> _Problem description_: Here are the records. Write out exactly the lines between the one holding "f 111 265 266" and the one holding "f 287 285 53", inclusive.

** Source material follows **

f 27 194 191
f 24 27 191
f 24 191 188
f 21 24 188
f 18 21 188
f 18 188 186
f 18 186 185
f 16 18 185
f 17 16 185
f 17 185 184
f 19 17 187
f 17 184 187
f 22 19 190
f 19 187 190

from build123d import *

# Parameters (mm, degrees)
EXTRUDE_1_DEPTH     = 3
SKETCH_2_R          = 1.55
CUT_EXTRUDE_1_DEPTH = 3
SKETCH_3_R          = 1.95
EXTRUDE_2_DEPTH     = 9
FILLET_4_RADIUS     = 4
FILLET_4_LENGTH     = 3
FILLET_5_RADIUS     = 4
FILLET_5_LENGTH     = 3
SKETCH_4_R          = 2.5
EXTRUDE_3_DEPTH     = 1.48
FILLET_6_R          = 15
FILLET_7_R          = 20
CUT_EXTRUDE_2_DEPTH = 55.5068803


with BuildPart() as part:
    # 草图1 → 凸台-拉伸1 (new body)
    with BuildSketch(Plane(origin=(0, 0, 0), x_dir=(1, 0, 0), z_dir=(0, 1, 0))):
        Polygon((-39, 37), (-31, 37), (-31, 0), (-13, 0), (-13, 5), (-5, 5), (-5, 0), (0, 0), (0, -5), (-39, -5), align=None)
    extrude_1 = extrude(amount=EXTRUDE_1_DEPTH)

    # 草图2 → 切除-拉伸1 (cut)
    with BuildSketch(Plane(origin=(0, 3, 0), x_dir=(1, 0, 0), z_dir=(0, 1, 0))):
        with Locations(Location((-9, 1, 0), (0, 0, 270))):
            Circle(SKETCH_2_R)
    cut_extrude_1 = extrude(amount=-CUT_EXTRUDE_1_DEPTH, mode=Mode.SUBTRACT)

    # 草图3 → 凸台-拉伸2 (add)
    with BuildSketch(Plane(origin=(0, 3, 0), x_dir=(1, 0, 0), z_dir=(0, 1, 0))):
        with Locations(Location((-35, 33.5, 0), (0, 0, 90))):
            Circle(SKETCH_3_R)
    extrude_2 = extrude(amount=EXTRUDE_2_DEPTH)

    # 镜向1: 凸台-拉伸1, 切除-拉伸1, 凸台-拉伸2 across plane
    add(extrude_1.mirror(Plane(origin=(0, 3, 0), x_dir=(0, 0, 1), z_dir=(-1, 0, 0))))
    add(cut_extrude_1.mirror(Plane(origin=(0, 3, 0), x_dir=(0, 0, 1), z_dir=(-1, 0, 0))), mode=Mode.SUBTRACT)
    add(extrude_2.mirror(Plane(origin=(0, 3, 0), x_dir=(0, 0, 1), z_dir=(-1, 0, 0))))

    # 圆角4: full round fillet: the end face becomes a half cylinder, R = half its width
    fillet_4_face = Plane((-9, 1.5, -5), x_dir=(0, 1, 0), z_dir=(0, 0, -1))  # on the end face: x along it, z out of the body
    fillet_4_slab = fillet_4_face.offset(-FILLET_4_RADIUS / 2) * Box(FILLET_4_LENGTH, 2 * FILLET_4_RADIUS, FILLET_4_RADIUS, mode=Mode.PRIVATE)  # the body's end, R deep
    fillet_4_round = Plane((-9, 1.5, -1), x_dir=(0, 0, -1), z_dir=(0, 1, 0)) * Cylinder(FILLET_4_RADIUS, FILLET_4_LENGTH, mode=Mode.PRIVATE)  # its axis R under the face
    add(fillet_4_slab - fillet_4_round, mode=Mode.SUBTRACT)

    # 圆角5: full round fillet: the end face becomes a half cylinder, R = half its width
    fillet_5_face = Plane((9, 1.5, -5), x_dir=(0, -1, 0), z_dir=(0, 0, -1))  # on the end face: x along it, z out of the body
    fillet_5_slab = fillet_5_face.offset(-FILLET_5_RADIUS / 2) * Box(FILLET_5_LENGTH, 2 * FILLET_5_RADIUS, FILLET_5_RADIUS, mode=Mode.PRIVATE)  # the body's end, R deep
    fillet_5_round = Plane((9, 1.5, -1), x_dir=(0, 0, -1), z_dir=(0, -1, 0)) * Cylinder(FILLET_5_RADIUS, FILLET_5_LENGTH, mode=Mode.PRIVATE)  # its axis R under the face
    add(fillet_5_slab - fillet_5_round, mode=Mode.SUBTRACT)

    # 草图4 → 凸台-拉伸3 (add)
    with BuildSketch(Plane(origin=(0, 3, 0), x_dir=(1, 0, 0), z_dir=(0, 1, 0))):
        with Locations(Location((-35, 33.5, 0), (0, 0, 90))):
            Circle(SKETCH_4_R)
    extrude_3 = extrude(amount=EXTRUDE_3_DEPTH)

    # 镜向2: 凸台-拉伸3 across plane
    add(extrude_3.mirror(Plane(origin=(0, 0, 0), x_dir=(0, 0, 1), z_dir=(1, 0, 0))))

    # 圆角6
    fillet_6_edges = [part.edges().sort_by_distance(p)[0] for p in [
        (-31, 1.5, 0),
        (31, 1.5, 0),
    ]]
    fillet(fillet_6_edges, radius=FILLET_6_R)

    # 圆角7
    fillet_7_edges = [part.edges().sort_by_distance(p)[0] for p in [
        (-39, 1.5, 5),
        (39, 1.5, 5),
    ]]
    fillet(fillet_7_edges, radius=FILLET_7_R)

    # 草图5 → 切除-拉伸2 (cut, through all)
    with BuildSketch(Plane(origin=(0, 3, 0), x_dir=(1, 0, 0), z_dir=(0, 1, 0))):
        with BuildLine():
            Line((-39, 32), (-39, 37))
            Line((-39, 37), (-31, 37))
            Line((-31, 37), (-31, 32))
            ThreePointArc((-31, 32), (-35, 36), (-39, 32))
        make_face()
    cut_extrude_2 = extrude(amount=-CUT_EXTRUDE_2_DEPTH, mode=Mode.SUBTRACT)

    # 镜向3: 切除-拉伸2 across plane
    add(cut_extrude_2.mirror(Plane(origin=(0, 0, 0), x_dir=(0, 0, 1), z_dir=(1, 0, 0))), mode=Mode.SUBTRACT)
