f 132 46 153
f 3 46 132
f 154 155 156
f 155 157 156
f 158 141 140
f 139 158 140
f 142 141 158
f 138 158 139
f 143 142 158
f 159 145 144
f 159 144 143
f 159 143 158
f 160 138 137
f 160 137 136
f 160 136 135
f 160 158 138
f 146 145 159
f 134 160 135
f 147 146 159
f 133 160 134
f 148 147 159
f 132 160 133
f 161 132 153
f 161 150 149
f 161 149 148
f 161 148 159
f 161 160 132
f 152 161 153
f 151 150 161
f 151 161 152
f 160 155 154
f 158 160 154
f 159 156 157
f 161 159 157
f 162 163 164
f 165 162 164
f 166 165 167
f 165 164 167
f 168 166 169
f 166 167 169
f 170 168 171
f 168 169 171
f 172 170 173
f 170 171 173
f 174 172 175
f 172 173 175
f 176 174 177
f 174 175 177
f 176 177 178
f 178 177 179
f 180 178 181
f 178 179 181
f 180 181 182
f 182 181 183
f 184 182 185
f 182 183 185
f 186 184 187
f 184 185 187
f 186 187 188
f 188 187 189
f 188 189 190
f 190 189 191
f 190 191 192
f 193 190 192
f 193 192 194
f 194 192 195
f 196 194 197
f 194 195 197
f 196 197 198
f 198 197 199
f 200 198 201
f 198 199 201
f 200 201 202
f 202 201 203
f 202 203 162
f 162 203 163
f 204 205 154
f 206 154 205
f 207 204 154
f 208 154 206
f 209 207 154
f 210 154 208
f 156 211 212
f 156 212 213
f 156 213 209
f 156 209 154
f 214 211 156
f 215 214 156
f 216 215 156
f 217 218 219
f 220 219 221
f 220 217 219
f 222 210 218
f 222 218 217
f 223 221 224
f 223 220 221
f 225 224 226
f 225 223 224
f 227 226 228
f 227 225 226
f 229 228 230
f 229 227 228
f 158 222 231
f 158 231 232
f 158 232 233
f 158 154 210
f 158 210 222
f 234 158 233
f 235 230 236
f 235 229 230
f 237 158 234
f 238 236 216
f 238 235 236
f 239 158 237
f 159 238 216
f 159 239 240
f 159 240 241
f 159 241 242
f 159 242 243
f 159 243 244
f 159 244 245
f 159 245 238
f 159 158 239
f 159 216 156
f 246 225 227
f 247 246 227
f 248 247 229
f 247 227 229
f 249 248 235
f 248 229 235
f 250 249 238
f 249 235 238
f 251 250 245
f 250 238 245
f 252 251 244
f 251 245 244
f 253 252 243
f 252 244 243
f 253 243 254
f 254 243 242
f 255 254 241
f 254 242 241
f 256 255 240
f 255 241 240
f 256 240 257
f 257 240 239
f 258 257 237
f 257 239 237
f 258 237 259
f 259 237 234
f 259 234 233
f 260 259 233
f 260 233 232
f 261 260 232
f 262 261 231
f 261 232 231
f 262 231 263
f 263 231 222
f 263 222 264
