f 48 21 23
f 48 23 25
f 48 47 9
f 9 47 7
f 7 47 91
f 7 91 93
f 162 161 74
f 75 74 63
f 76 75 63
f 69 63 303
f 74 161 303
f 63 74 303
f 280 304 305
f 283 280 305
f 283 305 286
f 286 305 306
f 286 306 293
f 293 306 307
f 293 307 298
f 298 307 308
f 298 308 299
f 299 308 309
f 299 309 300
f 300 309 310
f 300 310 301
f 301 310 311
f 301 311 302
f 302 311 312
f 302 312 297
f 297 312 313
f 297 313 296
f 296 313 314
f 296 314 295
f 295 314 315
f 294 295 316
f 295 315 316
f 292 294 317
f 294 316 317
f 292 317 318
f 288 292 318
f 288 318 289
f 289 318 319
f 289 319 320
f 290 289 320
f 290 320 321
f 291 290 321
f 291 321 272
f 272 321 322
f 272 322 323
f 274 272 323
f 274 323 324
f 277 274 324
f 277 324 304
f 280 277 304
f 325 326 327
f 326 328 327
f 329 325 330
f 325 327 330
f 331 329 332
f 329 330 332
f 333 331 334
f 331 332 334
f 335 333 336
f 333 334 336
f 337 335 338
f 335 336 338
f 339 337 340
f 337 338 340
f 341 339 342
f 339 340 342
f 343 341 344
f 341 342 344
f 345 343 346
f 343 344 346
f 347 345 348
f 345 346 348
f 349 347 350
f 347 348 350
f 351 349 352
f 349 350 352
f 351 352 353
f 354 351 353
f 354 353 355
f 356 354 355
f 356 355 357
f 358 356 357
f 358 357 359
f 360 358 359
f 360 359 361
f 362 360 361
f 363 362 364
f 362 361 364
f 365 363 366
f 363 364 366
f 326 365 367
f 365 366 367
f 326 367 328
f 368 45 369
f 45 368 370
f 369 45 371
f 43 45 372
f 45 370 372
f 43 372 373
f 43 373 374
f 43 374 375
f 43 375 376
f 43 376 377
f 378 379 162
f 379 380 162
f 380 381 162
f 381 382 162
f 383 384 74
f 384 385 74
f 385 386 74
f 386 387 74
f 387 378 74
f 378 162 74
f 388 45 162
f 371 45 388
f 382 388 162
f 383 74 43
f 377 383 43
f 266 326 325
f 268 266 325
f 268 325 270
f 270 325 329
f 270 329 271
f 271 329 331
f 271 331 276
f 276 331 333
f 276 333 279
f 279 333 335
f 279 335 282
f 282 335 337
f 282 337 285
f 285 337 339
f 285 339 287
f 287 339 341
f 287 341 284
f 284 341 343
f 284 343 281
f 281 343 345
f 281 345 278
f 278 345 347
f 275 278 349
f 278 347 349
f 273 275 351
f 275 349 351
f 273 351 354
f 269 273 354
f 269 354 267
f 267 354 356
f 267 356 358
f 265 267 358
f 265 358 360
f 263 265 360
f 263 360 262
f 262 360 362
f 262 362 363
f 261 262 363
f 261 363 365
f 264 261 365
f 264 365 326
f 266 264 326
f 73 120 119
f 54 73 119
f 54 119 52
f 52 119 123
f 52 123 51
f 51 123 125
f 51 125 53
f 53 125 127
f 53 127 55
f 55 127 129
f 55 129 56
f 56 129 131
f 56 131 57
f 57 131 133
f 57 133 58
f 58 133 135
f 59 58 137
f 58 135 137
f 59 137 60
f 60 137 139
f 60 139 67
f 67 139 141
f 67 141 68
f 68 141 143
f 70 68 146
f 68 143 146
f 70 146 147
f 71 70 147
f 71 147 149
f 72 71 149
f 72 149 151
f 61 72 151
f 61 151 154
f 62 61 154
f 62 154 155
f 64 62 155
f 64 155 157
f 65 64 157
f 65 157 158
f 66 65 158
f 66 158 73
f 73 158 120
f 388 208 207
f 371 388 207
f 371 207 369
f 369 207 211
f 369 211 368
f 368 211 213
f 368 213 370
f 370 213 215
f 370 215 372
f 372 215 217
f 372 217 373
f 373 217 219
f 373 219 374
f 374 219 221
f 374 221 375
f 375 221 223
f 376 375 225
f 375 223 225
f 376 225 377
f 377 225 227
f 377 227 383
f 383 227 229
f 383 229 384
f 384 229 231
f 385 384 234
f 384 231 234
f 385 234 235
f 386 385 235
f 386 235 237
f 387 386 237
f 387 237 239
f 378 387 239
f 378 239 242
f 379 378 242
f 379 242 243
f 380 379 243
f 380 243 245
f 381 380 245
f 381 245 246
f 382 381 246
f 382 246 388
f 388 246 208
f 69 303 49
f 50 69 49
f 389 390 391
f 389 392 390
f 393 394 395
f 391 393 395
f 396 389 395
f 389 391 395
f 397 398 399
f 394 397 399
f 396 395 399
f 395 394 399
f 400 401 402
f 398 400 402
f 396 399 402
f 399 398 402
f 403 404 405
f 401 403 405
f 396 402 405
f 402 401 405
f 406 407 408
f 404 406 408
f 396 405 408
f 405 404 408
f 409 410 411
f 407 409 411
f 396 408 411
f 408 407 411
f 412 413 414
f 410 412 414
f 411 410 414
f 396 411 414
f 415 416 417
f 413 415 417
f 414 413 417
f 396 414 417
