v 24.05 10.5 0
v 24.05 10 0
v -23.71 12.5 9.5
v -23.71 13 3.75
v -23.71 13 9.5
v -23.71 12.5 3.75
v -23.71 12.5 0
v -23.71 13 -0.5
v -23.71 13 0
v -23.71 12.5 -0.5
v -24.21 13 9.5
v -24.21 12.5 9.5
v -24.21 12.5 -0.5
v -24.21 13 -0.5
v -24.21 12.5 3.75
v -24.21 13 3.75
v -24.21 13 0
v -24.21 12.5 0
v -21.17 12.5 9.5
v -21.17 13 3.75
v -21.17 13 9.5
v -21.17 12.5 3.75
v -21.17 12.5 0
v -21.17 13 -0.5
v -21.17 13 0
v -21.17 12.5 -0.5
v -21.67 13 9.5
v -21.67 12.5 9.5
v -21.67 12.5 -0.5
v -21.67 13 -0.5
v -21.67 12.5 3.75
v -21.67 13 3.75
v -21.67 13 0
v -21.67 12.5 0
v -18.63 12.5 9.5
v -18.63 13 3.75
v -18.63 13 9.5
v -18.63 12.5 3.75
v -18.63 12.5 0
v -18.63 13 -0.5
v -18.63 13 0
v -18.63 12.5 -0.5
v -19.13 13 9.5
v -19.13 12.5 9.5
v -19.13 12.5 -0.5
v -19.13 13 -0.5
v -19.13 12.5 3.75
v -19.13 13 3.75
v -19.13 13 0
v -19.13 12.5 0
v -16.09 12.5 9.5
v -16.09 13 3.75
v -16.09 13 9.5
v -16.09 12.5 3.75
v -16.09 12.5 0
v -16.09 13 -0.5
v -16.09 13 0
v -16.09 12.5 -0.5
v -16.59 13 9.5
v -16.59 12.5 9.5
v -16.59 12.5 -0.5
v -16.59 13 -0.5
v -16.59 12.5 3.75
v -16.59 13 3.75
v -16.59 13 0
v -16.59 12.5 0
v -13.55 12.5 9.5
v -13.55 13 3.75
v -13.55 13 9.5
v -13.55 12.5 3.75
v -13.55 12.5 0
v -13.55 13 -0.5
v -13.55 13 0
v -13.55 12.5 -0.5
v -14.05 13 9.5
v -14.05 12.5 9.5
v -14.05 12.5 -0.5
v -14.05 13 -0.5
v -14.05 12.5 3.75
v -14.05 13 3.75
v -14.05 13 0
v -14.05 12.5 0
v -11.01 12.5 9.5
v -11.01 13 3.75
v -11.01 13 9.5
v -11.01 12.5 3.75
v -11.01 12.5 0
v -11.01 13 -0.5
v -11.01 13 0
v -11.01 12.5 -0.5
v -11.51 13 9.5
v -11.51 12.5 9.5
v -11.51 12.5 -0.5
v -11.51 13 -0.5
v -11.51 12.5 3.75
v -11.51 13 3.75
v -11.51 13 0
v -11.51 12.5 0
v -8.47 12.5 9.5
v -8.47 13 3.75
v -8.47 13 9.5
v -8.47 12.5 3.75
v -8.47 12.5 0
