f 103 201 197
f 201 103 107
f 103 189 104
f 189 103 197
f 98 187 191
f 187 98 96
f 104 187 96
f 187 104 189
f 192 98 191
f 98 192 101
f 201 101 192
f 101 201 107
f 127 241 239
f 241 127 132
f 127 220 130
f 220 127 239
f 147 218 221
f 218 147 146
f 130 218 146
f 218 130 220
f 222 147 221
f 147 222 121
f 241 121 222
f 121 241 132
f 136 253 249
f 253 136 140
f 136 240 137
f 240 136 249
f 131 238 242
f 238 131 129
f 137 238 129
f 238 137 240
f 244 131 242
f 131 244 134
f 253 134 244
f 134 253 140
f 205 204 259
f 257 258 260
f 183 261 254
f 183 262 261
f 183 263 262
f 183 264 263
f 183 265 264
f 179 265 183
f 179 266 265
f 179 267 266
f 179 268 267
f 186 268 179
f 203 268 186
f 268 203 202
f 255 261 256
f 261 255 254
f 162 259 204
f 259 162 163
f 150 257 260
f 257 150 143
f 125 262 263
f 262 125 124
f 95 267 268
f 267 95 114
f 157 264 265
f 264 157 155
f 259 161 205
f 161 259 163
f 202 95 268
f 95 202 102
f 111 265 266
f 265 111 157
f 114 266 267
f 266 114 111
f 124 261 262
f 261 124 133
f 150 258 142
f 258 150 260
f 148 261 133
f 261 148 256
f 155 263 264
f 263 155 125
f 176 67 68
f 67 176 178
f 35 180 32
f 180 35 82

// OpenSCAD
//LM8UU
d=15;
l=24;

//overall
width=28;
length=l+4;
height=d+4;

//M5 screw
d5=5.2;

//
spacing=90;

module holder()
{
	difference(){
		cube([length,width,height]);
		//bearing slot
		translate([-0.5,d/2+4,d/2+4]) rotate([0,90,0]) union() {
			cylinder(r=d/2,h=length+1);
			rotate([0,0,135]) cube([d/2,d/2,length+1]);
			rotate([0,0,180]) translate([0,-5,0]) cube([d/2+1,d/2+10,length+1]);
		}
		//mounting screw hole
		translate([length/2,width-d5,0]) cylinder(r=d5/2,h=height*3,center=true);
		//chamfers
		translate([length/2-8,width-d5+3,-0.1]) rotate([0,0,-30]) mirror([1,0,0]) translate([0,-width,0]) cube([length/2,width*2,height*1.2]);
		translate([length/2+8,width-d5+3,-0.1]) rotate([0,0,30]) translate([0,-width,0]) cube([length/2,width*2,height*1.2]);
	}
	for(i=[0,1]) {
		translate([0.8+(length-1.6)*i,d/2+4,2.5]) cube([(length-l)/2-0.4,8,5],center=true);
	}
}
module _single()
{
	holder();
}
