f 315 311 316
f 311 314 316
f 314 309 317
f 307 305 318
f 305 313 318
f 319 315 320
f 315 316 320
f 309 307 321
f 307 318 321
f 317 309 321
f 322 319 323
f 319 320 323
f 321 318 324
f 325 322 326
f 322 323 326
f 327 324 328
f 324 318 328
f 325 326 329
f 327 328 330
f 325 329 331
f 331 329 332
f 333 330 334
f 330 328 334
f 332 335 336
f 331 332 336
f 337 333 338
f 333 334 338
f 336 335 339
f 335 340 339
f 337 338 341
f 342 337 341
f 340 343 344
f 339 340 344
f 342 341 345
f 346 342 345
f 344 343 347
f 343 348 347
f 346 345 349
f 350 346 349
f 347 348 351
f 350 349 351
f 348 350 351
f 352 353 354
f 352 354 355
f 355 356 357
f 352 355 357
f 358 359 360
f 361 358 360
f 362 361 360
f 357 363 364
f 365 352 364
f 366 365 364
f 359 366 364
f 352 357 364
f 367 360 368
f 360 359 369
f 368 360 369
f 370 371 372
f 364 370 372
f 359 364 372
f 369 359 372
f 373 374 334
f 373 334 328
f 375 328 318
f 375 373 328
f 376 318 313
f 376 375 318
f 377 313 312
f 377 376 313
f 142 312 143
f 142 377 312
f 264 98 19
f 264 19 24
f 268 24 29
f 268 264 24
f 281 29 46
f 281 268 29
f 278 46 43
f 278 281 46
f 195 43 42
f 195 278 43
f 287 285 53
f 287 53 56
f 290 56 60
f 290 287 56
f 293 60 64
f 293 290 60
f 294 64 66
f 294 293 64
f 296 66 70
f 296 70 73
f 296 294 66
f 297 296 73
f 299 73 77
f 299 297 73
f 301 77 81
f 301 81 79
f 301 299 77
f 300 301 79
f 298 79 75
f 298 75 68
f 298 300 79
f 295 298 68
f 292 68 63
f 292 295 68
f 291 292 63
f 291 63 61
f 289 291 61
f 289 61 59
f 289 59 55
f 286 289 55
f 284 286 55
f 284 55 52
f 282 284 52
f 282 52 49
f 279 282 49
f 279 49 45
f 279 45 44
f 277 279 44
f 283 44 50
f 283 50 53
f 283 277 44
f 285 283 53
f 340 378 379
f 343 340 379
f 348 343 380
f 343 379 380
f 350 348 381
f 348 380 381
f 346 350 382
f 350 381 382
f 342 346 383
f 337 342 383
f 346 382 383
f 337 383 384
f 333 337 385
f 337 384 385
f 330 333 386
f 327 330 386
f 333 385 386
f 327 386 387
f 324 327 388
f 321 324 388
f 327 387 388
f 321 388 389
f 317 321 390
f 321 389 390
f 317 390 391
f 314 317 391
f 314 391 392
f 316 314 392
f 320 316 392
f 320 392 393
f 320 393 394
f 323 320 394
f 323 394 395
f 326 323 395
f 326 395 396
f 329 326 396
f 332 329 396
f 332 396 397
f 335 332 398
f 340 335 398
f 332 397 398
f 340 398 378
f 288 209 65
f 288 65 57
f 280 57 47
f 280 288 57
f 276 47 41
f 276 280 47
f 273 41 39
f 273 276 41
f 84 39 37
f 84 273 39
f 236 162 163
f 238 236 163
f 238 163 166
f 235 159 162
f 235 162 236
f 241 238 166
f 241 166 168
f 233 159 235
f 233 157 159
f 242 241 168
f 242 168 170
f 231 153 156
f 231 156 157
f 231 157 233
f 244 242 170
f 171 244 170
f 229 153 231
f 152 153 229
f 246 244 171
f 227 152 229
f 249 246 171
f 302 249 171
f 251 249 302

** End of Source material **

> _Result for this exercise_:
f 111 265 266
f 265 111 157
f 114 266 267
f 266 114 111
f 124 261 262
f 261 124 133
f 150 258 142
f 258 150 260
f 148 261 133
f 261 148 256
f 155 263 264
f 263 155 125
f 176 67 68
f 67 176 178
f 35 180 32
f 180 35 82

// OpenSCAD
//LM8UU
d=15;
l=24;

//overall
width=28;
length=l+4;
height=d+4;

//M5 screw
d5=5.2;

//
spacing=90;

module holder()
{
	difference(){
		cube([length,width,height]);
		//bearing slot
		translate([-0.5,d/2+4,d/2+4]) rotate([0,90,0]) union() {
			cylinder(r=d/2,h=length+1);
			rotate([0,0,135]) cube([d/2,d/2,length+1]);
			rotate([0,0,180]) translate([0,-5,0]) cube([d/2+1,d/2+10,length+1]);
		}
		//mounting screw hole
		translate([length/2,width-d5,0]) cylinder(r=d5/2,h=height*3,center=true);
		//chamfers
		translate([length/2-8,width-d5+3,-0.1]) rotate([0,0,-30]) mirror([1,0,0]) translate([0,-width,0]) cube([length/2,width*2,height*1.2]);
		translate([length/2+8,width-d5+3,-0.1]) rotate([0,0,30]) translate([0,-width,0]) cube([length/2,width*2,height*1.2]);
	}
	for(i=[0,1]) {
		translate([0.8+(length-1.6)*i,d/2+4,2.5]) cube([(length-l)/2-0.4,8,5],center=true);
	}
}
module _single()
{
	holder();
}
f 315 311 316
f 311 314 316
f 314 309 317
f 307 305 318
f 305 313 318
f 319 315 320
f 315 316 320
f 309 307 321
f 307 318 321
f 317 309 321
f 322 319 323
f 319 320 323
f 321 318 324
f 325 322 326
f 322 323 326
f 327 324 328
f 324 318 328
f 325 326 329
f 327 328 330
f 325 329 331
f 331 329 332
f 333 330 334
f 330 328 334
f 332 335 336
f 331 332 336
f 337 333 338
f 333 334 338
f 336 335 339
f 335 340 339
f 337 338 341
f 342 337 341
f 340 343 344
f 339 340 344
f 342 341 345
f 346 342 345
f 344 343 347
f 343 348 347
f 346 345 349
f 350 346 349
f 347 348 351
f 350 349 351
f 348 350 351
f 352 353 354
f 352 354 355
f 355 356 357
f 352 355 357
f 358 359 360
f 361 358 360
f 362 361 360
f 357 363 364
f 365 352 364
f 366 365 364
f 359 366 364
f 352 357 364
f 367 360 368
f 360 359 369
f 368 360 369
f 370 371 372
f 364 370 372
f 359 364 372
f 369 359 372
f 373 374 334
f 373 334 328
f 375 328 318
f 375 373 328
f 376 318 313
f 376 375 318
f 377 313 312
f 377 376 313
f 142 312 143
f 142 377 312
f 264 98 19
f 264 19 24
f 268 24 29
f 268 264 24
f 281 29 46
f 281 268 29
f 278 46 43
f 278 281 46
f 195 43 42
f 195 278 43
f 287 285 53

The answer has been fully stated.